I've often told people that with a restaurant obsession as unhealthy and fanatical as mine, the only other city in the world I could live in is New York. The depth and maturity of its restaurant scene, the variety of its cuisines, their service culture and a love of eating out that's embraced at all levels of society, it all adds up to one of the truly great food cities, somewhere I'm very sure I could find a happy home.

There is a downside to the place, though, and one that's almost a dealbreaker for a food blogger. New Yorkers like their restaurants dark. And while I'm sure that's great for a first date, or cultivating that traditional New York speakeasy vibe, it plays havoc with the illustrations on a review. The lighting scheme at Ember Yard takes me right back to New York City, places like Maison Premiere or the Breslin, where the gloomy candlelit dining rooms are only occasionally pierced by people turning their mobile phone torches on to read the menu. What I mean to say is, sorry about the pictures you're about to see. It was very dark in there.

Fortunately lighting aside, Ember Yard is a blast. The fusion Italian-Spanish thing done so well by their sister restaurant the Opera Tavern shines just as brightly here, with hand-carved Iberico ham offered alongside various premium Italian charcuterie, both Spanish and Italian cheeses, and a largish list of dishes that skip daintily but confidently around the Mediterranean. Padron peppers, blistered attractively, went incredibly well with a glass of La Gitana. Yes that is a photo of a bowl of padron peppers and a glass of sherry. I promise.

Next, boquerones, sharp and sweet like mini pickled herrings, also excellent quality and not overly pickled and mushy like they can sometimes be.

If I was so inclined, I could criticise the ham at Ember Yard for being carved a bit clumsily and thick, but in all honesty it was still soft and perfectly easy to eat, and with that nutty, earthy flavour of the finest Spanish pig. In fact, the thick slices just meant we ended up with more ham, and as any Iberico fan will tell you, More Ham is always a Good Thing. Even if I'd ended my evening at Ember Yard here, I would have come away with a smile on my face - the care that goes into the food is evident from the smallest snack to the largest sharing plate.

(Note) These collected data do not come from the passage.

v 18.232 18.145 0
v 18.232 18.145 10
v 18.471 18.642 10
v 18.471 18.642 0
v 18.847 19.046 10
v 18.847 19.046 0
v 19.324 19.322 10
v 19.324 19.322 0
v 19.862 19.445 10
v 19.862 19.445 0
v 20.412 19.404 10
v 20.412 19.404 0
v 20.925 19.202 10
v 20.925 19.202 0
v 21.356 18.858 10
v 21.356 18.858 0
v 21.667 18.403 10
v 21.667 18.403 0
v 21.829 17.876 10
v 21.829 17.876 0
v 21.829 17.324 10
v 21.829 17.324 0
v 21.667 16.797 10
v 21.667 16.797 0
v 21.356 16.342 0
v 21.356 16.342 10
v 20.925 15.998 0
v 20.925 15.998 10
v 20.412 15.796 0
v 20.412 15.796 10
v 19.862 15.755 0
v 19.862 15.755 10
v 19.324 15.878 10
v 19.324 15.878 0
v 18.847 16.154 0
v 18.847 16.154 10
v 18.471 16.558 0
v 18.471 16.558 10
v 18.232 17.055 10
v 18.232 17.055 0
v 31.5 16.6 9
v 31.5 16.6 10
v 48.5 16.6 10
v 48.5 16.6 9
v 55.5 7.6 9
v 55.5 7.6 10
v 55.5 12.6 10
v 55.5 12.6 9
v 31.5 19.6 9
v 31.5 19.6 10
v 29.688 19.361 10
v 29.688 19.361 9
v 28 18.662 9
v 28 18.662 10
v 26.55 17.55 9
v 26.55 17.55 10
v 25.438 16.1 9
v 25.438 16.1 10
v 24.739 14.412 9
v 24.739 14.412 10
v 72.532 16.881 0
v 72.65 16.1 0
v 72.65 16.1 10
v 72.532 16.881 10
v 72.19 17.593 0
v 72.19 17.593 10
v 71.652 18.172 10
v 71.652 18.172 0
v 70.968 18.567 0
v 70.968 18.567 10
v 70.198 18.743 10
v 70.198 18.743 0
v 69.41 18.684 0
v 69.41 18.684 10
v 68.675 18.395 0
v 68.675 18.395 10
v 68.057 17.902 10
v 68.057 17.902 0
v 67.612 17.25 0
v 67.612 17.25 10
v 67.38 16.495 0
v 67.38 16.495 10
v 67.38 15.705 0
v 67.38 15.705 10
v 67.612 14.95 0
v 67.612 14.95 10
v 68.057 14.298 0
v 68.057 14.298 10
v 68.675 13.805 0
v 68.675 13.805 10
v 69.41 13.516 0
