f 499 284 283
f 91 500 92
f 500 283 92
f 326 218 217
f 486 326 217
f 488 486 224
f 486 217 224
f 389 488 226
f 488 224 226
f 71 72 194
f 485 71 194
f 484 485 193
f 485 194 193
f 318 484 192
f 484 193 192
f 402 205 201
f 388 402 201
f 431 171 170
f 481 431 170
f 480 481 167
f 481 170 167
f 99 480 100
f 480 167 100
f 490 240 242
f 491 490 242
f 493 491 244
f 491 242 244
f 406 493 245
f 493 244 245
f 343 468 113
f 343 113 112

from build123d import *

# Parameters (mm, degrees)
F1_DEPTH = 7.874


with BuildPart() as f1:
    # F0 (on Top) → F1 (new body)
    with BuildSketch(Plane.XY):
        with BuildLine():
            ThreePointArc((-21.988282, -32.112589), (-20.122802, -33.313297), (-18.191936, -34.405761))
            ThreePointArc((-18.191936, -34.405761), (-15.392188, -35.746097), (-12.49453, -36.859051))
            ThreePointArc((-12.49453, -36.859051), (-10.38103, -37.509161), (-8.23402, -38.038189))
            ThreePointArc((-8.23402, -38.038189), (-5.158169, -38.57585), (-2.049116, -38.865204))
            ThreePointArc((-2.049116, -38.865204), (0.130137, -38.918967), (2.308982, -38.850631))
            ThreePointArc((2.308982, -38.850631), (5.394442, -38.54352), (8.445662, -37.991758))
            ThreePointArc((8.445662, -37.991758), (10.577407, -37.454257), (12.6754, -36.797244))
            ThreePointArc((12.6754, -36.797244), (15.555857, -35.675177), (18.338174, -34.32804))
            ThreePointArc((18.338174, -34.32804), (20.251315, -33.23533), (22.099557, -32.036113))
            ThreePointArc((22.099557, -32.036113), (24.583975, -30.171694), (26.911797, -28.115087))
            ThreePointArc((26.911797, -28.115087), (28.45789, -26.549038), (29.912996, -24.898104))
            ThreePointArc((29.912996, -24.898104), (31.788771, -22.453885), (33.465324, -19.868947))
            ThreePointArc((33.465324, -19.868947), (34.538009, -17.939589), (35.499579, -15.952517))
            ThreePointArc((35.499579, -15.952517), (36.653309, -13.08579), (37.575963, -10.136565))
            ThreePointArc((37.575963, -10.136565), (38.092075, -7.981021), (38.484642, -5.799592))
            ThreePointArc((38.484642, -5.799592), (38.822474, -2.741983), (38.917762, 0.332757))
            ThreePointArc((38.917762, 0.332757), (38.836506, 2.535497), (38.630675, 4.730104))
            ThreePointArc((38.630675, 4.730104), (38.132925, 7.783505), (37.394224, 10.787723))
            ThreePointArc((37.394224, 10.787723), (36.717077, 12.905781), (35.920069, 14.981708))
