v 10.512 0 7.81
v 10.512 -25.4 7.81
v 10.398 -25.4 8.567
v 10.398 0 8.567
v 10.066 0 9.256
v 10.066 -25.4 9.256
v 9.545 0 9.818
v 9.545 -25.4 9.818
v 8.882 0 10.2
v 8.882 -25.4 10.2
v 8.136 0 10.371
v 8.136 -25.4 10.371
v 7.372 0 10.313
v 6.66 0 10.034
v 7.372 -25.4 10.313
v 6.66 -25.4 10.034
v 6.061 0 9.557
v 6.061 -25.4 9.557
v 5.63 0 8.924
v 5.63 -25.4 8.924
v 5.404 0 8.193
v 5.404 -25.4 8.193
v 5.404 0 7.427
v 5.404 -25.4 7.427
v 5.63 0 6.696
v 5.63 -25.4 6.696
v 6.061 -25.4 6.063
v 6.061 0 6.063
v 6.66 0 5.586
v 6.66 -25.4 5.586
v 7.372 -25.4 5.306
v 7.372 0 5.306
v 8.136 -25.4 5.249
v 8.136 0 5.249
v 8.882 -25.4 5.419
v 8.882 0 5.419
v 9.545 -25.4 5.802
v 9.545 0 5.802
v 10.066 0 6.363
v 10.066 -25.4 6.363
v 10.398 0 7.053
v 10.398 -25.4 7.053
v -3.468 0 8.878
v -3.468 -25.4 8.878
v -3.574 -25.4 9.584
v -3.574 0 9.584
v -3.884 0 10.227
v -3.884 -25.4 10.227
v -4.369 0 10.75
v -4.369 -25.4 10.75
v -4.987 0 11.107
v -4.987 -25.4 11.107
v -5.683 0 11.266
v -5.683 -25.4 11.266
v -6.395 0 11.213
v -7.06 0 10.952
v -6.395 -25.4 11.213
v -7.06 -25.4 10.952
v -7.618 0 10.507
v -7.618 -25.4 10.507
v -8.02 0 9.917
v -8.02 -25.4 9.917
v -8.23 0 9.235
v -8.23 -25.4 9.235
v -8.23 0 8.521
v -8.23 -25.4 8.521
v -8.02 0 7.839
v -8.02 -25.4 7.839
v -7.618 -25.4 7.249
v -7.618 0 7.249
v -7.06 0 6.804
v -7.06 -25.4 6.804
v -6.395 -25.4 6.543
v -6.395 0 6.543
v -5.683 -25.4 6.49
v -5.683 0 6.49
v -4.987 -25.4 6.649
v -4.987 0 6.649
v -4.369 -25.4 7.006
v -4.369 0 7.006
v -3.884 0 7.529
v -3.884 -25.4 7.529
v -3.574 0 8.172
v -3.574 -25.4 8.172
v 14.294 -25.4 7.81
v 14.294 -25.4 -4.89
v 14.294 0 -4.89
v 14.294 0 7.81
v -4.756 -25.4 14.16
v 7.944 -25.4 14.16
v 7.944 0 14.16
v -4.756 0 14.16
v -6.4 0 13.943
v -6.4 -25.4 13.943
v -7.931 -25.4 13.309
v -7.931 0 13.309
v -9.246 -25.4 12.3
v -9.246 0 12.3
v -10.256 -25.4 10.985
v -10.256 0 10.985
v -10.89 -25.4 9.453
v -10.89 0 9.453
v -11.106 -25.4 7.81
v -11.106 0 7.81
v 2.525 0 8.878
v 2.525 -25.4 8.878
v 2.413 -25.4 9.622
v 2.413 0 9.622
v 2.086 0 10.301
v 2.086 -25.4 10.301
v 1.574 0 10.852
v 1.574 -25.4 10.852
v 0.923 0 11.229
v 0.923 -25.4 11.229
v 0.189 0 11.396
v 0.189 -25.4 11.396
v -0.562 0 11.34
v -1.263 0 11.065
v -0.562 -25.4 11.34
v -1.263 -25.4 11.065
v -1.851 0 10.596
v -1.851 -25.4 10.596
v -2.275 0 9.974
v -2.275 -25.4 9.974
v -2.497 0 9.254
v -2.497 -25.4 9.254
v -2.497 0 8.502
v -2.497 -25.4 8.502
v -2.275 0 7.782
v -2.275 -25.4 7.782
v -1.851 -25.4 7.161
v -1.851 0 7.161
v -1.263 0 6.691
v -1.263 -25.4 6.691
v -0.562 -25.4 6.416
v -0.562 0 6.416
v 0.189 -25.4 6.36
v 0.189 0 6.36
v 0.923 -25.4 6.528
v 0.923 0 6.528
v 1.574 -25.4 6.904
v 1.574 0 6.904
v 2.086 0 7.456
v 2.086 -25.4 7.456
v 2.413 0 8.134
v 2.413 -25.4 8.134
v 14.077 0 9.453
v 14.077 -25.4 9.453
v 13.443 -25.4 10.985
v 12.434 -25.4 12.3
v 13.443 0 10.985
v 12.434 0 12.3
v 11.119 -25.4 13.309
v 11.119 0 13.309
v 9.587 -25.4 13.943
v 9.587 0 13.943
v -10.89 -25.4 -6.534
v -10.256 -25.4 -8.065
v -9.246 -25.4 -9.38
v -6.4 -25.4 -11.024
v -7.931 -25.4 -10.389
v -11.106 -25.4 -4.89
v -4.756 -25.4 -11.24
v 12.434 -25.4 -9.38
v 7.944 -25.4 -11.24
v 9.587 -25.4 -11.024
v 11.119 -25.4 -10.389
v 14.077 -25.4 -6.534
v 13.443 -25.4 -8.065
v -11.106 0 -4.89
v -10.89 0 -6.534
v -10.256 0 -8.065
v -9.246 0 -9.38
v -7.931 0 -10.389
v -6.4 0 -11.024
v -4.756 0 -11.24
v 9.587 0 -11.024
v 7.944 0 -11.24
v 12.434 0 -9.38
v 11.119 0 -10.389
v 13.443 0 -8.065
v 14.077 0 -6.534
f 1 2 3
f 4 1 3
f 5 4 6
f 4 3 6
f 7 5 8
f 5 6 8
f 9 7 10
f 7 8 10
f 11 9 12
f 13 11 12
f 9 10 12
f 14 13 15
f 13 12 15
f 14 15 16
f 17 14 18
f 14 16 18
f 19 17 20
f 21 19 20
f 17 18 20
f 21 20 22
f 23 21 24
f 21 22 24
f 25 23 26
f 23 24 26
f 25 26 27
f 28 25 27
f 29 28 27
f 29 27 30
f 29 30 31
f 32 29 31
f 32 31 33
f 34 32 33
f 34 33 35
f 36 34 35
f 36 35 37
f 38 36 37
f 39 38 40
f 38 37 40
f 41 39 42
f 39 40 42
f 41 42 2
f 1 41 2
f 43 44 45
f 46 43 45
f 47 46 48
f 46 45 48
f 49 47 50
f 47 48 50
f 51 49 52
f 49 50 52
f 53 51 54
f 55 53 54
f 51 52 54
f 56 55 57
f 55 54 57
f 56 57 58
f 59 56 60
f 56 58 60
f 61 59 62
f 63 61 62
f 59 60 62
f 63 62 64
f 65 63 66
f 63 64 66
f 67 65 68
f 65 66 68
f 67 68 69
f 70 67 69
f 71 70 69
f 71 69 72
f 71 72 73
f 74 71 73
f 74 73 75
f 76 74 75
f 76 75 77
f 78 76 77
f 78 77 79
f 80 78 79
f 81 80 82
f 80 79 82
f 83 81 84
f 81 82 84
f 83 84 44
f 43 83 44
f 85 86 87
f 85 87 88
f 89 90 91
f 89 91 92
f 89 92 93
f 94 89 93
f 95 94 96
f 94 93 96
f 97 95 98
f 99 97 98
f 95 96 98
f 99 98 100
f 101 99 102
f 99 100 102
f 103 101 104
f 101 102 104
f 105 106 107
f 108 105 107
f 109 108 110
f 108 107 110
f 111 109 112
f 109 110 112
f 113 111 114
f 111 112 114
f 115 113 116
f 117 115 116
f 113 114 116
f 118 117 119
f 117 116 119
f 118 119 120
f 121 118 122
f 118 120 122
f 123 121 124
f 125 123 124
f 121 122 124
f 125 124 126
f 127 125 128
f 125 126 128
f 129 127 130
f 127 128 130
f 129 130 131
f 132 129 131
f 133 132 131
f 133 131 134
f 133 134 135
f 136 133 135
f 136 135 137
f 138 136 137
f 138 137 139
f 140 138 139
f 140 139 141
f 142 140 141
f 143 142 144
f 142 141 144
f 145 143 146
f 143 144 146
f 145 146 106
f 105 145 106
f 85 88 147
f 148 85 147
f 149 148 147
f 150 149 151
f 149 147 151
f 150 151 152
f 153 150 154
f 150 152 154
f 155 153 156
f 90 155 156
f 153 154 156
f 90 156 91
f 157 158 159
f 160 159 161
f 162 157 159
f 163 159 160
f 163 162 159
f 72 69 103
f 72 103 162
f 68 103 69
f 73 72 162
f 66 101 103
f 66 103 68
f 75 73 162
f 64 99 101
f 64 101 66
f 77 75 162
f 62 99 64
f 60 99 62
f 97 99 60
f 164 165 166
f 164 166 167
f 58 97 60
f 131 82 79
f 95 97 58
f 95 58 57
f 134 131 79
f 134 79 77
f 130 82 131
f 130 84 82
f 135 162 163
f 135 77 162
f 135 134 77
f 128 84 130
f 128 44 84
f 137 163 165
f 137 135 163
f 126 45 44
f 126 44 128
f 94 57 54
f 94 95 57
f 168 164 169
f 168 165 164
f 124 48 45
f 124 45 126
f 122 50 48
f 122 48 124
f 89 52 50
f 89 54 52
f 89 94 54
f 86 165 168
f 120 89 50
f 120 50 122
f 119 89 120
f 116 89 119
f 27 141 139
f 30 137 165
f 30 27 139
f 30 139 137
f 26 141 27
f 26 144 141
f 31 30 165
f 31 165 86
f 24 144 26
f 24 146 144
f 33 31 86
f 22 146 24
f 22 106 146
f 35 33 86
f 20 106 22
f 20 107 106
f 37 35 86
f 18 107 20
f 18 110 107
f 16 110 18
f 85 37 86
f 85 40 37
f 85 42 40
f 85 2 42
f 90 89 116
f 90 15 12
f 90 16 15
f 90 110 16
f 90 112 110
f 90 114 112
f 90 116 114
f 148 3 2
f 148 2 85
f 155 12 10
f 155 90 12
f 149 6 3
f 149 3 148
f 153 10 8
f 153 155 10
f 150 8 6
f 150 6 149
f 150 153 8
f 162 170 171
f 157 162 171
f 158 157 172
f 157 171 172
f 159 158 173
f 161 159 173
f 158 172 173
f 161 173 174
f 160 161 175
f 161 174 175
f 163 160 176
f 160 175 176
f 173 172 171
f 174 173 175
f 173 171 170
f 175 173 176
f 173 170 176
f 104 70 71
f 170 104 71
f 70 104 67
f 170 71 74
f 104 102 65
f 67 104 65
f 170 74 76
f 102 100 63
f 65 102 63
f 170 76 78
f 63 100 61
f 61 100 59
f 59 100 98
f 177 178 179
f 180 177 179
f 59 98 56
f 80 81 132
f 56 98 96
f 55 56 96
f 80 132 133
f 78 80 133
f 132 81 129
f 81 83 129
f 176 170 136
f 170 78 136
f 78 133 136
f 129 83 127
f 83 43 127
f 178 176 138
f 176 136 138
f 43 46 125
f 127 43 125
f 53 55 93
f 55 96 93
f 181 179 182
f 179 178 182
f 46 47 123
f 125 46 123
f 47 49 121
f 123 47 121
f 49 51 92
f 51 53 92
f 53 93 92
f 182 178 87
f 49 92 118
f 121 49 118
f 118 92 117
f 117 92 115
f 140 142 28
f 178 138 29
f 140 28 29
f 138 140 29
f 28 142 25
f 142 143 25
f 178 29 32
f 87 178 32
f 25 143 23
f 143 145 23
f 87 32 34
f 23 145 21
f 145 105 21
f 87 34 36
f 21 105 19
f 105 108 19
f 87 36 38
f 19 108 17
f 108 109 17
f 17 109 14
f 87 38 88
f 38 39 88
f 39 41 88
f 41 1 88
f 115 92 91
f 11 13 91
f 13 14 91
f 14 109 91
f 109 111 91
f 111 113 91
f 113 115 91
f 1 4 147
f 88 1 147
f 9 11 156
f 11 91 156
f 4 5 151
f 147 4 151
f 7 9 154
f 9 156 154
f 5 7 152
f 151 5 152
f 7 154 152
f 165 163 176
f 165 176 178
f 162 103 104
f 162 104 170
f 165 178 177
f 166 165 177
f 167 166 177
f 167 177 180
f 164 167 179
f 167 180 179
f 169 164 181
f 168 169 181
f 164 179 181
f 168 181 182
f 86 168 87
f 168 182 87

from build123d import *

# Parameters (mm, degrees)
F1_DEPTH = 25.4
F2_R     = 2.394714
F2_R_2   = 2.525122
F2_R_3   = 2.568066
F3_DEPTH = 25.4


with BuildPart() as f1:
    # F0 (on Front) → F1 (new body)
    with BuildSketch(Plane.XZ):
        with BuildLine():
            Line((7.943742, 14.15978), (-4.756258, 14.15978))
            ThreePointArc((-4.756258, 14.15978), (-9.246386, 12.299908), (-11.106258, 7.80978))
            Line((-11.106258, 7.80978), (-11.106258, -4.89022))
            ThreePointArc((-11.106258, -4.89022), (-9.246386, -9.380348), (-4.756258, -11.24022))
            Line((-4.756258, -11.24022), (7.943742, -11.24022))
            ThreePointArc((7.943742, -11.24022), (12.43387, -9.380348), (14.293742, -4.89022))
            Line((14.293742, -4.89022), (14.293742, 7.80978))
            ThreePointArc((14.293742, 7.80978), (12.43387, 12.299908), (7.943742, 14.15978))
        make_face()
    extrude(amount=F1_DEPTH)

    # F2 (on face) → F3 (cut)
    with BuildSketch(Plane.XZ.offset(25.4)):
        with Locations((-5.862328, 8.878076)):
            Circle(F2_R)
        with Locations((0, 8.878076)):
            Circle(F2_R_2)
        with Locations((7.943742, 7.80978)):
            Circle(F2_R_3)
    extrude(amount=-F3_DEPTH, mode=Mode.SUBTRACT)


solid = f1.part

I didn't get to try this, the courgette flower stuffed with Monte Enebro (goat's) cheese, but given the rate it disappeared I'm sure it had plenty to recommend it.

I would have been very annoyed if I didn't get to try any of the octopus and chorizo skewer though, so I made sure to leap in there quick and grab my share. The octopus was beautifully tender with a good "crispy bit" quotient, and the chorizo was soft and fatty and spicy as the best examples always are. If you like chargrilled octopus, and you like chorizo, and you'd have to be pretty odd not to, then this is a must-order.

I'd noticed early on that the Ember Yard rib-eye comes with 'chicken jus' and from that moment knew I'd have to end up ordering it. It didn't disappoint - a huge amount of beef, carefully charred in the Josper, dressed in a thick, umami-rich chicken gravy that somehow didn't battle the natural flavour of the beef but enhanced it. I think I'd prefer it if they'd presented it charred-side up rather than laying all the slices down on their sides, but that's a minor niggle. Also, all this lot cost £28 - not a bad price at all for so much cow.

"Cheesecake" was in fact more of a caramelly mousse on a bed of biscuit crumbs, dressed in a sauce made from carrot and blackcurrant. The dulche de leche made a great base for the dairy, and the carrot & blackcurrant sauce wasn't as weird as it sounds, as the carrot flavour was fortunately quite subdued. A very enjoyable dessert, this one.

And finally churros, a straightforward and familiar dish perhaps but one you'd have to have a heart of stone not to enjoy. Fried pastry, chocolate sauce and chantilly cream. Perfect.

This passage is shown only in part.